Миссис Хейт резко повернулась. При этом она опять здорово поскользнулась на заиндевелых досках, и они с мулом бежали теперь рядом к коровнику, из открытой двери которого уже выглядывала неподвижная и удивленная морда. Корове, без сомнения, даже жираф не показался бы таким высоким и чудовищным, как этот мул, возникший из тумана, не говоря уж о том, что он явно норовил пробежать прямиком сквозь коровник, словно перед ним всего-навсего соломенный плетень или, может, даже просто мираж. И у самой коровы тоже вид был какой-то быстролетный, кроткий и неземной. Она сразу исчезла, угасла, как спичка на ветру, хотя ум постигал и рассудок доказывал, что она не угасла, а лишь скрылась в коровнике, свидетельством чему был неописуемый звук, удивленный и испуганный, будто кто-то рванул струну лиры или арфы. На этот звук и ринулась миссис Хейт, опрометью, безоглядно, словно блюдя единство женского сословия против враждебного мира мулов и мужчин. Они с мулом со всех ног мчались к коровнику, и миссис Хейт уже размахивала ведром с раскаленными угольями, норовя швырнуть им в мула. Конечно, все это произошло в мгновение ока, и, видимо, мул не принял решительного боя. Старая Хет еще орала: «Вот он! Вот он!» — а мул уже круто повернул и устремился прямо на нее, но она стояла, высокая, как печная труба, и замахнулась на него бумажной сумкой, и он пробежал мимо, свернул за другой угол дома и снова исчез в тумане, из которого возник, неуловимо, мгновенно и совершенно беззвучно.
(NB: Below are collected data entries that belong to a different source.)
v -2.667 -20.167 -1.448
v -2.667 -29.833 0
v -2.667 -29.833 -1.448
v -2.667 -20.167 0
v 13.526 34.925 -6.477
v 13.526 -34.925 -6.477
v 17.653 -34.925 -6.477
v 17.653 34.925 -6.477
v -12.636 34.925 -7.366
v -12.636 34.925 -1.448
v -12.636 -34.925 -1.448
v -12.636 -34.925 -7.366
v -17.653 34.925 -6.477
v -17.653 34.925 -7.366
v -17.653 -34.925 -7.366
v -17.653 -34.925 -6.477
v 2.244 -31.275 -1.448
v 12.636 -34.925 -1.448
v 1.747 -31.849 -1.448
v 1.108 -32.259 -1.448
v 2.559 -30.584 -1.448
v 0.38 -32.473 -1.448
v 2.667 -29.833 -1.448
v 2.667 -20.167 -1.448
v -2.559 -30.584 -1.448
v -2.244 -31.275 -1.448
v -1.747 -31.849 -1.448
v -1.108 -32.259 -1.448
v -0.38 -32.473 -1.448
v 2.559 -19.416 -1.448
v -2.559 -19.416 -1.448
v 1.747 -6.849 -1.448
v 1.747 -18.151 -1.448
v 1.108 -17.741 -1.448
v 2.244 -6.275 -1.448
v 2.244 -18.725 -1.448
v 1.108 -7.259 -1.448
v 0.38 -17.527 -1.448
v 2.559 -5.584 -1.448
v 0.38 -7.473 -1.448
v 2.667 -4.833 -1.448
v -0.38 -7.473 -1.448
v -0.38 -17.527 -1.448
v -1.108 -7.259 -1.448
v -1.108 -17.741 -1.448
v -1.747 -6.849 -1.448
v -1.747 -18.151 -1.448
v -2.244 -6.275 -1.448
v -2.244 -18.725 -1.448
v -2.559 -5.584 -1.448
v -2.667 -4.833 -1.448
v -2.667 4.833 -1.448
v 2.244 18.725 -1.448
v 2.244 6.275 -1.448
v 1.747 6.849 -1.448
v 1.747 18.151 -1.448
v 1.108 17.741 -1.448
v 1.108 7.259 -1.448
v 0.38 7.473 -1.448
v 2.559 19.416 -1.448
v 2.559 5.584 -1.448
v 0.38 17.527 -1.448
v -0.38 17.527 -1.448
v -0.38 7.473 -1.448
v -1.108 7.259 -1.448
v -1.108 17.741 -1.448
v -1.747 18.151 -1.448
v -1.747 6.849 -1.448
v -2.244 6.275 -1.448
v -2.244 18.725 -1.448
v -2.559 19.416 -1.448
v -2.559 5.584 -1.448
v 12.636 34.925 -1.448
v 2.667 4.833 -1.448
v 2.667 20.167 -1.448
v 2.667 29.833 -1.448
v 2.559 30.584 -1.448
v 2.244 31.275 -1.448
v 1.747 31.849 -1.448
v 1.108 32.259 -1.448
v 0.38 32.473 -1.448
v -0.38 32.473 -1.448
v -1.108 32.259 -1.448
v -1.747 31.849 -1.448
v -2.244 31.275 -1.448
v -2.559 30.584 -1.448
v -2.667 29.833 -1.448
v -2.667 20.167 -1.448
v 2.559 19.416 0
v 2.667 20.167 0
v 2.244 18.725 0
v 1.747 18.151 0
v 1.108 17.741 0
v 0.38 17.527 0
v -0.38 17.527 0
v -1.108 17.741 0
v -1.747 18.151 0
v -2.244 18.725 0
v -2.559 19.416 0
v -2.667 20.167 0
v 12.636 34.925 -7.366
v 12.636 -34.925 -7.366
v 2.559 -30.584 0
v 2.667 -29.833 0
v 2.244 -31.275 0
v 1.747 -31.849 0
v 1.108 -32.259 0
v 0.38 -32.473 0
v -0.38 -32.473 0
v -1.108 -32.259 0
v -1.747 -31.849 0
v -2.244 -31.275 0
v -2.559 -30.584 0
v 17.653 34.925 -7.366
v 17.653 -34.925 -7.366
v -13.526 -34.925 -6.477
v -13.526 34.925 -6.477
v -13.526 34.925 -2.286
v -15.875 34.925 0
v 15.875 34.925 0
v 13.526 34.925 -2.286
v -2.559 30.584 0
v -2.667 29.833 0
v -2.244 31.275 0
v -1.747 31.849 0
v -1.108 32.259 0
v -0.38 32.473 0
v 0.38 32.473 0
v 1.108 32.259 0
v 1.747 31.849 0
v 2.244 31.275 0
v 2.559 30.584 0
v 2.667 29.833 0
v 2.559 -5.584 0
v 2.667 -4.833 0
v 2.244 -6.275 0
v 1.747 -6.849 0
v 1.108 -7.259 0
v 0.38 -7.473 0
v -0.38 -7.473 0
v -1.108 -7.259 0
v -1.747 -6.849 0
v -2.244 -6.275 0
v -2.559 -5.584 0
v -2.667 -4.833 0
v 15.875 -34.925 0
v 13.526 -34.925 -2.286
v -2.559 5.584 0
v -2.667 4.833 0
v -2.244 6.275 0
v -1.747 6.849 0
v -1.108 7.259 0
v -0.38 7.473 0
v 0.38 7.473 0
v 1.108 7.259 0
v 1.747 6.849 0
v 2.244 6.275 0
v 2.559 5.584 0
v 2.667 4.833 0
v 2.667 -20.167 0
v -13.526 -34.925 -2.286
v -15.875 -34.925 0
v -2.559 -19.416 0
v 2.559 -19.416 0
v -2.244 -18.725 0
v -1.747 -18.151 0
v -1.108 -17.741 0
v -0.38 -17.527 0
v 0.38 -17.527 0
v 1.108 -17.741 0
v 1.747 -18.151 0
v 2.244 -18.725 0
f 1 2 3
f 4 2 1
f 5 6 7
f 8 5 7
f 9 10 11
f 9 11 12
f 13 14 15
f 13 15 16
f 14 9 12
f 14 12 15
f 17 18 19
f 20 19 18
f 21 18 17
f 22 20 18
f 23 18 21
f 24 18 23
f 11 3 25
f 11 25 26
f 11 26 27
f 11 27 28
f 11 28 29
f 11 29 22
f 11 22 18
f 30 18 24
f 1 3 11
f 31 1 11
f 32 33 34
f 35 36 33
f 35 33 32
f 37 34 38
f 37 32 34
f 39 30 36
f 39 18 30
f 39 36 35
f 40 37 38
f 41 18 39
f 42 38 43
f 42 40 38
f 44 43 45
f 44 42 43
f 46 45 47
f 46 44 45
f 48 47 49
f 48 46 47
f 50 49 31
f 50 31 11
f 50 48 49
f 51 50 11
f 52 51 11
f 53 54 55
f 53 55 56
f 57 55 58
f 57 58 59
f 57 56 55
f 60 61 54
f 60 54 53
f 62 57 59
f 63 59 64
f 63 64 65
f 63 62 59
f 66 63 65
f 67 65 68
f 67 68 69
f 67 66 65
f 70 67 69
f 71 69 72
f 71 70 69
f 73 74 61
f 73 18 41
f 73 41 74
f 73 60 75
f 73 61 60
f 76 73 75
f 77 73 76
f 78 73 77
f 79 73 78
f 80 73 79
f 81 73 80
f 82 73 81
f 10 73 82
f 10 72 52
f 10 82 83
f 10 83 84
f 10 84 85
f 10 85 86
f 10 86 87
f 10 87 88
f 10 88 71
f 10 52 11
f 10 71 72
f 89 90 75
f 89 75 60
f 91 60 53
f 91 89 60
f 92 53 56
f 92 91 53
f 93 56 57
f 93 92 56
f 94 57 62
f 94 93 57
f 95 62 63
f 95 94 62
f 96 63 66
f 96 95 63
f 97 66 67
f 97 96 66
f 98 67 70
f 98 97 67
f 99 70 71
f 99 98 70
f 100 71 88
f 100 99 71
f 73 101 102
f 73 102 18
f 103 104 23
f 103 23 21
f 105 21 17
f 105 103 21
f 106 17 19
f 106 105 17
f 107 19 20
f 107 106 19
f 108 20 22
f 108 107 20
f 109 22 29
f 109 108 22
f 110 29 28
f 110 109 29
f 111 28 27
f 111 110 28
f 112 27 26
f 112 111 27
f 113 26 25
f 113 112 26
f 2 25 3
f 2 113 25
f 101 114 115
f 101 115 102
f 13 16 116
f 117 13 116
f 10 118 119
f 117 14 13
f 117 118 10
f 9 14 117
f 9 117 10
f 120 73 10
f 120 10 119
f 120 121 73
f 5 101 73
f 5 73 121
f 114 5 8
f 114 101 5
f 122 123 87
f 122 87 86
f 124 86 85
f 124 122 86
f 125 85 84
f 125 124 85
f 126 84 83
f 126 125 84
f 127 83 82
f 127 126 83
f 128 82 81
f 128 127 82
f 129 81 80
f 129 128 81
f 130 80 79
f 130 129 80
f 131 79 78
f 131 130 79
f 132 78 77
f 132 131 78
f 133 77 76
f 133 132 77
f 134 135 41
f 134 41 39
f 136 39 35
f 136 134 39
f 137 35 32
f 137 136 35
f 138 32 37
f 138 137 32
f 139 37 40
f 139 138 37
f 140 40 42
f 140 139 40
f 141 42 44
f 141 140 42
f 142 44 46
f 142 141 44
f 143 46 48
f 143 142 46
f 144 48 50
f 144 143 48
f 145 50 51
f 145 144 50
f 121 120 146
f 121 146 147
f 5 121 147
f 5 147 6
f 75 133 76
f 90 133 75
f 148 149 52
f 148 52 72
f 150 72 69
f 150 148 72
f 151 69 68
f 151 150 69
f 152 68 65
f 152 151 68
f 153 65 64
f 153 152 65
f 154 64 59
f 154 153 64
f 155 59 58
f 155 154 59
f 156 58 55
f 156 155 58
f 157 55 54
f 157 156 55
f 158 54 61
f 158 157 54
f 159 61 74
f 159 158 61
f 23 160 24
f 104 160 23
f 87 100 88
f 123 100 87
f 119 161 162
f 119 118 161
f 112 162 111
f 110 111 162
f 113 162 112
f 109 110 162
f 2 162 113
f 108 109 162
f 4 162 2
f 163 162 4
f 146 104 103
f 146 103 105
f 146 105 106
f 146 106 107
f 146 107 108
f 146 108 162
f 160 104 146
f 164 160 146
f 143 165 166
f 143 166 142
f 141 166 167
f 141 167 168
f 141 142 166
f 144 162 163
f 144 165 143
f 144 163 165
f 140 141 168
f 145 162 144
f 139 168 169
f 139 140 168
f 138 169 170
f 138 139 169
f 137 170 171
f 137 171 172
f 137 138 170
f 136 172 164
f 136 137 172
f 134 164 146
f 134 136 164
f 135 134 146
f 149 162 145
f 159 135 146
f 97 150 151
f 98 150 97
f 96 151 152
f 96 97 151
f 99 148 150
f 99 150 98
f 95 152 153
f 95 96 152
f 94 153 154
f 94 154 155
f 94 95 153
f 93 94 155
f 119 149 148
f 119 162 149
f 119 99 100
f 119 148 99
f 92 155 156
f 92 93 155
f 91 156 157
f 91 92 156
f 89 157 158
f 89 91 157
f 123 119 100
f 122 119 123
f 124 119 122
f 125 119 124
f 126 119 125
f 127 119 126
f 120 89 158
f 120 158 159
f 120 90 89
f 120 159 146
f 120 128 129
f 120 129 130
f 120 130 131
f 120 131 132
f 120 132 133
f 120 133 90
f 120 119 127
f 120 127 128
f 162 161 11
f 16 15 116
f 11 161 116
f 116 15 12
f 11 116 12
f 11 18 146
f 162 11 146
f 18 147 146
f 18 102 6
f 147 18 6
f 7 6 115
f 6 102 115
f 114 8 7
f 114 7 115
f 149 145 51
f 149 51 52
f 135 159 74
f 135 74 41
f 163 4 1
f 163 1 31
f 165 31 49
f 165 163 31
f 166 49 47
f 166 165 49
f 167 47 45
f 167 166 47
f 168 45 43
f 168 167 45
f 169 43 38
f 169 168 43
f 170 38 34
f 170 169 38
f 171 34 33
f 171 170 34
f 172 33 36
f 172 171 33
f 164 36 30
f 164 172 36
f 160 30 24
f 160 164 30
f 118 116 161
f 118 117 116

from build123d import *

# Parameters (mm, degrees)
BOSS_EXTRUDE1_DEPTH = 34.925
CUT_EXTRUDE1_DEPTH  = 40.820120417
LPATTERN1_COUNT     = 2
LPATTERN1_PITCH     = 25
LPATTERN1_COL_COUNT = 2
LPATTERN1_COL_PITCH = 25


with BuildPart() as part:
    # Sketch1 → Boss-Extrude1 (new, symmetric)
    with BuildSketch(Plane(origin=(0, 0, 0), x_dir=(1, 0, 0), z_dir=(0, 1, 0))):
        Polygon((-15.875, 0), (0, 0), (0, 1.4478), (-12.6365, 1.4478), (-12.6365, 7.366), (-17.653, 7.366), (-17.653, 6.477), (-13.5255, 6.477), (-13.5255, 2.286), align=None)
        Polygon((0, 1.4478), (0, 0), (15.875, 0), (13.5255, 2.286), (13.5255, 6.477), (17.653, 6.477), (17.653, 7.366), (12.6365, 7.366), (12.6365, 1.4478), align=None)
    extrude(amount=BOSS_EXTRUDE1_DEPTH, both=True)

    # Sketch2 → Cut-Extrude1 (cut, through all)
    with BuildSketch(Plane.XY):
        with BuildLine():
            Line((-2.667, -4.833), (-2.667, 4.833))
            ThreePointArc((-2.667, 4.833), (0, 7.5), (2.667, 4.833))
            Line((2.667, 4.833), (2.667, -4.833))
            ThreePointArc((2.667, -4.833), (0, -7.5), (-2.667, -4.833))
        make_face()
    cut_extrude1 = extrude(amount=-CUT_EXTRUDE1_DEPTH, mode=Mode.SUBTRACT)

    # LPattern1: Cut-Extrude1 ×2
    with Locations(*[(0, -i * LPATTERN1_PITCH, 0) for i in range(1, LPATTERN1_COUNT)]):
        add(cut_extrude1, mode=Mode.SUBTRACT)

    # LPattern1 col: Cut-Extrude1 ×2
    with Locations(*[(0, i * LPATTERN1_COL_PITCH, 0) for i in range(1, LPATTERN1_COL_COUNT)]):
        add(cut_extrude1, mode=Mode.SUBTRACT)


solid = part.part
Миссис Хейт повернула назад все с той же неторопливой резвостью, поставила ведро на кирпичную приступку у спуска в подпол, и они со старой Хет тоже свернули за угол дома и в самое время поспели, чтоб увидеть, как мул, похожий на привидение, налетел на негодующего петуха с восемью белыми курами, которые как раз вылезали из-под дома. И тогда на миг бегство его обрело по всем статьям подлинную театральность: исчадие ада возвращалось в ад, исчезало бесследно в тумане, словно уносимое на облаке маленьких крылатых тварей, а потом мул скрылся в тусклой и бесплотной пустоте, как бы проглоченный туманом.
— Там, перед домом, еще есть! — крикнула старая Хет.
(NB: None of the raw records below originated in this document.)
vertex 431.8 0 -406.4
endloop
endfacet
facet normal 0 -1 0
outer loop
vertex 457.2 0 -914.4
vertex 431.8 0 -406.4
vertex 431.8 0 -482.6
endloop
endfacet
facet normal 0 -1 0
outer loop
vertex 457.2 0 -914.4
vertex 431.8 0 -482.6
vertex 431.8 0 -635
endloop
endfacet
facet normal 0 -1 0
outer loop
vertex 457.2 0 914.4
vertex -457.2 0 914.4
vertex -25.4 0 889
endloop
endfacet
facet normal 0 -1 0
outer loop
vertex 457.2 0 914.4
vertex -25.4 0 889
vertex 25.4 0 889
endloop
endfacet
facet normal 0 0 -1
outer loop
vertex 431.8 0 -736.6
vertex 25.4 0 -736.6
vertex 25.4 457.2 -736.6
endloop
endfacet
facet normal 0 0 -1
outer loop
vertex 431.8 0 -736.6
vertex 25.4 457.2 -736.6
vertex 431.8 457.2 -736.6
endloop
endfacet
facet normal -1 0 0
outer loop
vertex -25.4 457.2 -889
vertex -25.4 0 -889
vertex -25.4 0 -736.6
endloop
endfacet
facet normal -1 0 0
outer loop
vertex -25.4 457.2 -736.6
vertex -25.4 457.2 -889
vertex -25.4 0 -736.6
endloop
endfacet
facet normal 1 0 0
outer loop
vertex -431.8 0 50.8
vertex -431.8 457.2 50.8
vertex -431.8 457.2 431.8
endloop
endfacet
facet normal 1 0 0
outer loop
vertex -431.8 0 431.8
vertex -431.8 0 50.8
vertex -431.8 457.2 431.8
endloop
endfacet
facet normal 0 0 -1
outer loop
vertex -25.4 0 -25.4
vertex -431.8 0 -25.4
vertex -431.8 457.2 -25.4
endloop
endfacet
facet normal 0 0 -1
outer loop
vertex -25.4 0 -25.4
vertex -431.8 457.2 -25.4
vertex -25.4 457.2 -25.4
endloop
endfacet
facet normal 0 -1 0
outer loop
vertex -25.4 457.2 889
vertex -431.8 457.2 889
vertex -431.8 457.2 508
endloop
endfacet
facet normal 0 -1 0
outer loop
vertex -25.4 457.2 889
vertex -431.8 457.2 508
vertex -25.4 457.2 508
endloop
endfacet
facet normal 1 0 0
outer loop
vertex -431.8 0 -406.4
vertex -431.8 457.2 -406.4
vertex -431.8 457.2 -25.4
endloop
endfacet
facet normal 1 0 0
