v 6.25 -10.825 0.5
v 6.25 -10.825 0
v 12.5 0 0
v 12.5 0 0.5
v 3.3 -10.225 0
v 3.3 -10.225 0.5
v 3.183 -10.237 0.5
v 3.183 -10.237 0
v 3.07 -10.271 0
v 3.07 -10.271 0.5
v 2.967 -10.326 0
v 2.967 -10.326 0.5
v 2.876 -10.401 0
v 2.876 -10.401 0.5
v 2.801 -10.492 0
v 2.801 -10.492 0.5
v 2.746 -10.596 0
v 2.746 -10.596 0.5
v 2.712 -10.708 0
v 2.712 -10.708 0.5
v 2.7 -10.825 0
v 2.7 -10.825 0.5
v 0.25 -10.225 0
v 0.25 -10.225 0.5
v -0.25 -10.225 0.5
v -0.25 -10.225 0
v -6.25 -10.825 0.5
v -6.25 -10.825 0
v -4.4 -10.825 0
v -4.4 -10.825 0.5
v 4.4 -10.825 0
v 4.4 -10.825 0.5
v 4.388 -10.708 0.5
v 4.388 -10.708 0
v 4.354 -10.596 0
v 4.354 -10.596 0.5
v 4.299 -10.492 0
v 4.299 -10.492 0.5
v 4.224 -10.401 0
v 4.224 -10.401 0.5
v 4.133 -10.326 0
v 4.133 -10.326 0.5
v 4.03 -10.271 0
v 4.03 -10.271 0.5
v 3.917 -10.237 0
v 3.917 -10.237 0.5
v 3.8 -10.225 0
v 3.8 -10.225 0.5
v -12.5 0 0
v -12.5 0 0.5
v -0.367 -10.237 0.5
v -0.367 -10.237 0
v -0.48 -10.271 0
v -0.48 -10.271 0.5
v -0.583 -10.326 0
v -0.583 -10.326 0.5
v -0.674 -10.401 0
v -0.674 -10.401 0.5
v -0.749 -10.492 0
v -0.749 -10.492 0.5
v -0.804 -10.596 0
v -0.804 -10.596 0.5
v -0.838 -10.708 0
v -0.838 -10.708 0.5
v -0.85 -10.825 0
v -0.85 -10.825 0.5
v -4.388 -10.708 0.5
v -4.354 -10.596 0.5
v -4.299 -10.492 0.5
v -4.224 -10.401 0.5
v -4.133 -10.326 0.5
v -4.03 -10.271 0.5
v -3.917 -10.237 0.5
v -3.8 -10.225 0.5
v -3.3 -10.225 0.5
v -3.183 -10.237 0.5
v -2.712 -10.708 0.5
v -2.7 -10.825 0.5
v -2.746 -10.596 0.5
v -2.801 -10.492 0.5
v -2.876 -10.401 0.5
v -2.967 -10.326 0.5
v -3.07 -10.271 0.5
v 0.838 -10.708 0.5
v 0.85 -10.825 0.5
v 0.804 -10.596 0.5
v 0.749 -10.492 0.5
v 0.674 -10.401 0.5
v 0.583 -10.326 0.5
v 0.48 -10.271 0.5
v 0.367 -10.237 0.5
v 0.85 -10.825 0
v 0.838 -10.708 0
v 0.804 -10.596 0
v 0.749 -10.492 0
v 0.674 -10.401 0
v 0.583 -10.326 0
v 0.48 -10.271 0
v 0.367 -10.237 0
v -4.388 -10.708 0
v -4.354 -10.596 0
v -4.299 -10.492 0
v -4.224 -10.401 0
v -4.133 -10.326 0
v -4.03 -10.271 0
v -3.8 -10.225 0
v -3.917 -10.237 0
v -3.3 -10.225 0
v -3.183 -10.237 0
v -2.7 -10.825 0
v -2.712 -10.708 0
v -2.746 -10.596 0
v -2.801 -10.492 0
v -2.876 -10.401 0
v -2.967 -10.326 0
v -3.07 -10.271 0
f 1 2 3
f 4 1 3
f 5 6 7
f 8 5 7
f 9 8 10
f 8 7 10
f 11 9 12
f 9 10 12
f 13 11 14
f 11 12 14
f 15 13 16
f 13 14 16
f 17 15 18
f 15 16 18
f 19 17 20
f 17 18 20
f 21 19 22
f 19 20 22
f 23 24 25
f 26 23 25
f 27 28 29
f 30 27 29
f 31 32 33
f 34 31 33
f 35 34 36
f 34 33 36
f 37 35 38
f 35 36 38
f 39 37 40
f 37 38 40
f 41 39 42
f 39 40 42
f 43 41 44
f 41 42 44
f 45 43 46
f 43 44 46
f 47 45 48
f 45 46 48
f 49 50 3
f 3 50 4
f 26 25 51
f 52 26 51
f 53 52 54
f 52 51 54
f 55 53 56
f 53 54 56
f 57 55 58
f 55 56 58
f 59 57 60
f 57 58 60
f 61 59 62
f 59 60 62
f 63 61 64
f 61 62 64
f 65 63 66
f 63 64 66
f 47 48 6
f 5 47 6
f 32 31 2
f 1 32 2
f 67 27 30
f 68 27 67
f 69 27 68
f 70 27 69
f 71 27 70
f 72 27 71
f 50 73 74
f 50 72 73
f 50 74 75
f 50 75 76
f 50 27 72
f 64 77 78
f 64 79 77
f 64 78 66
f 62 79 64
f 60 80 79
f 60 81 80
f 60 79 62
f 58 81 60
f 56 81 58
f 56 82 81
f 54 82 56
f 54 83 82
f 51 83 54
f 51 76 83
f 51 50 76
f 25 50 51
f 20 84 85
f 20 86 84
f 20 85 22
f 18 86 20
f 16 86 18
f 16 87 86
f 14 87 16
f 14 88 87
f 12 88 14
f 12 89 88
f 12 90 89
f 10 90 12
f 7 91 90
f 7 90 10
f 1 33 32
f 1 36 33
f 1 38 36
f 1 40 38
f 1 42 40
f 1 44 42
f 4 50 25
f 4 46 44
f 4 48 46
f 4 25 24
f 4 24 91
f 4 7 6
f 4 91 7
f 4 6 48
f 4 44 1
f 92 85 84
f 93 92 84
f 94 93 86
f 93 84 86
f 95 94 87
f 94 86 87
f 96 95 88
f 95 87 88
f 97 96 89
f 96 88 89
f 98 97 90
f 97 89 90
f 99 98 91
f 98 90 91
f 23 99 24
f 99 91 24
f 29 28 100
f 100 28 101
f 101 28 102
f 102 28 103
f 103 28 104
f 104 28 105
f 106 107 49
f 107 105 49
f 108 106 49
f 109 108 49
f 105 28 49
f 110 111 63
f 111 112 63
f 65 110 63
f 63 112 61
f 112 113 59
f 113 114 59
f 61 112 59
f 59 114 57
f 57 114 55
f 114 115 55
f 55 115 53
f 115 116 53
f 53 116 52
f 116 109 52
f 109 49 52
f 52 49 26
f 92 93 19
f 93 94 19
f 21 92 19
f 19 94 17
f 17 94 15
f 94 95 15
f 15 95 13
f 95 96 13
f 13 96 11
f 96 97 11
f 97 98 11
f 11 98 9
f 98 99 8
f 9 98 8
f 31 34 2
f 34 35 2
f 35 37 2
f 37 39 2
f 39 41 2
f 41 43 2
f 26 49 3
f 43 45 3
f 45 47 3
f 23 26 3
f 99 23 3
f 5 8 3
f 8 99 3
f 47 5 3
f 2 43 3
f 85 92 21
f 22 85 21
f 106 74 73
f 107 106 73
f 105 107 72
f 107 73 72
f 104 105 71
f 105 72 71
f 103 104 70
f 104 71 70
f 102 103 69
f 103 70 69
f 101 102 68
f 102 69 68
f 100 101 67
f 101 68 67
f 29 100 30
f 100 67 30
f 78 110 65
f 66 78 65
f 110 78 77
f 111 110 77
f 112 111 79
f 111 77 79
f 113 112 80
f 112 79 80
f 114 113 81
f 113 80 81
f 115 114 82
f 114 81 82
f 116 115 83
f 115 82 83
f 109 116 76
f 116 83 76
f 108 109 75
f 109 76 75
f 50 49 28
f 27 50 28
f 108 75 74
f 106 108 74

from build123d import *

# Parameters (mm, degrees)
F1_DEPTH = 0.5
F3_DEPTH = 0.501
F5_DEPTH = 0.501


with BuildPart() as f1:
    # F0 (on Top) → F1 (new body)
    with BuildSketch(Plane.XY):
        Polygon((6.25, -10.825318), (12.5, 0), (6.25, 10.825318), (-6.25, 10.825318), (-12.5, 0), (-6.25, -10.825318), align=None)
    extrude(amount=F1_DEPTH)

    # F2 (on face) → F3 (cut, through all)
    with BuildSketch(Plane.XY.offset(0.5)):
        with BuildLine():
            ThreePointArc((4.4, -10.825318), (4.224264, -10.401053), (3.8, -10.225318))
            Line((3.8, -10.225318), (3.3, -10.225318))
            ThreePointArc((3.3, -10.225318), (2.875736, -10.401053), (2.7, -10.825318))
            Line((2.7, -10.825318), (4.4, -10.825318))
        make_face()
        with BuildLine():
            ThreePointArc((0.85, -10.825318), (0.674264, -10.401053), (0.25, -10.225318))
            Line((0.25, -10.225318), (-0.25, -10.225318))
            ThreePointArc((-0.25, -10.225318), (-0.674264, -10.401053), (-0.85, -10.825318))
            Line((-0.85, -10.825318), (0.85, -10.825318))
        make_face()
        with BuildLine():
            ThreePointArc((-2.7, -10.825318), (-2.875736, -10.401053), (-3.3, -10.225318))
            Line((-3.3, -10.225318), (-3.8, -10.225318))
            ThreePointArc((-3.8, -10.225318), (-4.224264, -10.401053), (-4.4, -10.825318))
            Line((-4.4, -10.825318), (-2.7, -10.825318))
        make_face()
    extrude(amount=-F3_DEPTH, mode=Mode.SUBTRACT)

    # F4 (on face) → F5 (cut, through all)
    with BuildSketch(Plane.XY.offset(0.5)):
        Polygon((-6.25, 10.825318), (-12.5, 0), (12.5, 0), (6.25, 10.825318), align=None)
    extrude(amount=-F5_DEPTH, mode=Mode.SUBTRACT)


solid = f1.part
— Ах, сукины дети, — сказала миссис Хейт все тем же суровым, пророческим голосом, без тени озлобления или запальчивости. Она не мулов бранила; и даже не ихнего хозяина. Слова эти имели десятилетнюю предысторию, известную всему городу, когда ранним апрельским утром то, что осталось от мистера Хейта, отделили от того, что осталось от пяти мулов и нескольких футов новехонькой пеньковой веревки, разбросанных вдоль железнодорожного полотна, где у самой городской окраины от него отходила ветка, заканчивавшаяся тупиком; здесь географически определялась судьба ее дома; а главными составными частями ее утраты были мулы, покойный муж да еще хозяин этих самых мулов. Фамилия его была Сноупс; про него тоже знали в городе — знали, как он купил целый табун на ярмарке в Мемфисе, пригнал мулов в Джефферсон, перепродал их фермерам, вдовам и сиротам, неграм и белым, за сколько дадут — но не дешевле определенной цены; и знали, что зимой (чаще всего именно зимой, в мертвый сезон) мулы эти стайками и даже целыми табунками, всегда связанные вместе крепкой пеньковой веревкой (которая неизменно бывала упомянута в жалобах Сноупса), удирали из надежно огороженных выпасов и попадали под ночные товарные поезда на этой самой развилке, где мистеру Хейту суждено было покинуть сей бренный мир; однажды кто-то из городских шутников даже послал Сноупсу по почте печатное расписание поездов на нашем участке железной дороги. Коренастый, одутловатый человек с напряженным, озабоченным лицом, он никогда не носил галстука и неизменно пересекал мирный, дремлющий город под отчаянный рев, в облаке пыли, и о пришествии его возвещали жалобные крики и вопли, а продвижение знаменовало желтое облако, в котором метались кувшинообразные головы, гремели копыта, и раздавались привычные истошные, яростные понукания погонщиков; а в самом хвосте, задыхаясь, озабоченно семенил сам Сноупс, потому что, как говорили в городе, он до смерти боялся этих скотов, из которых так хитроумно выколачивал прибыль.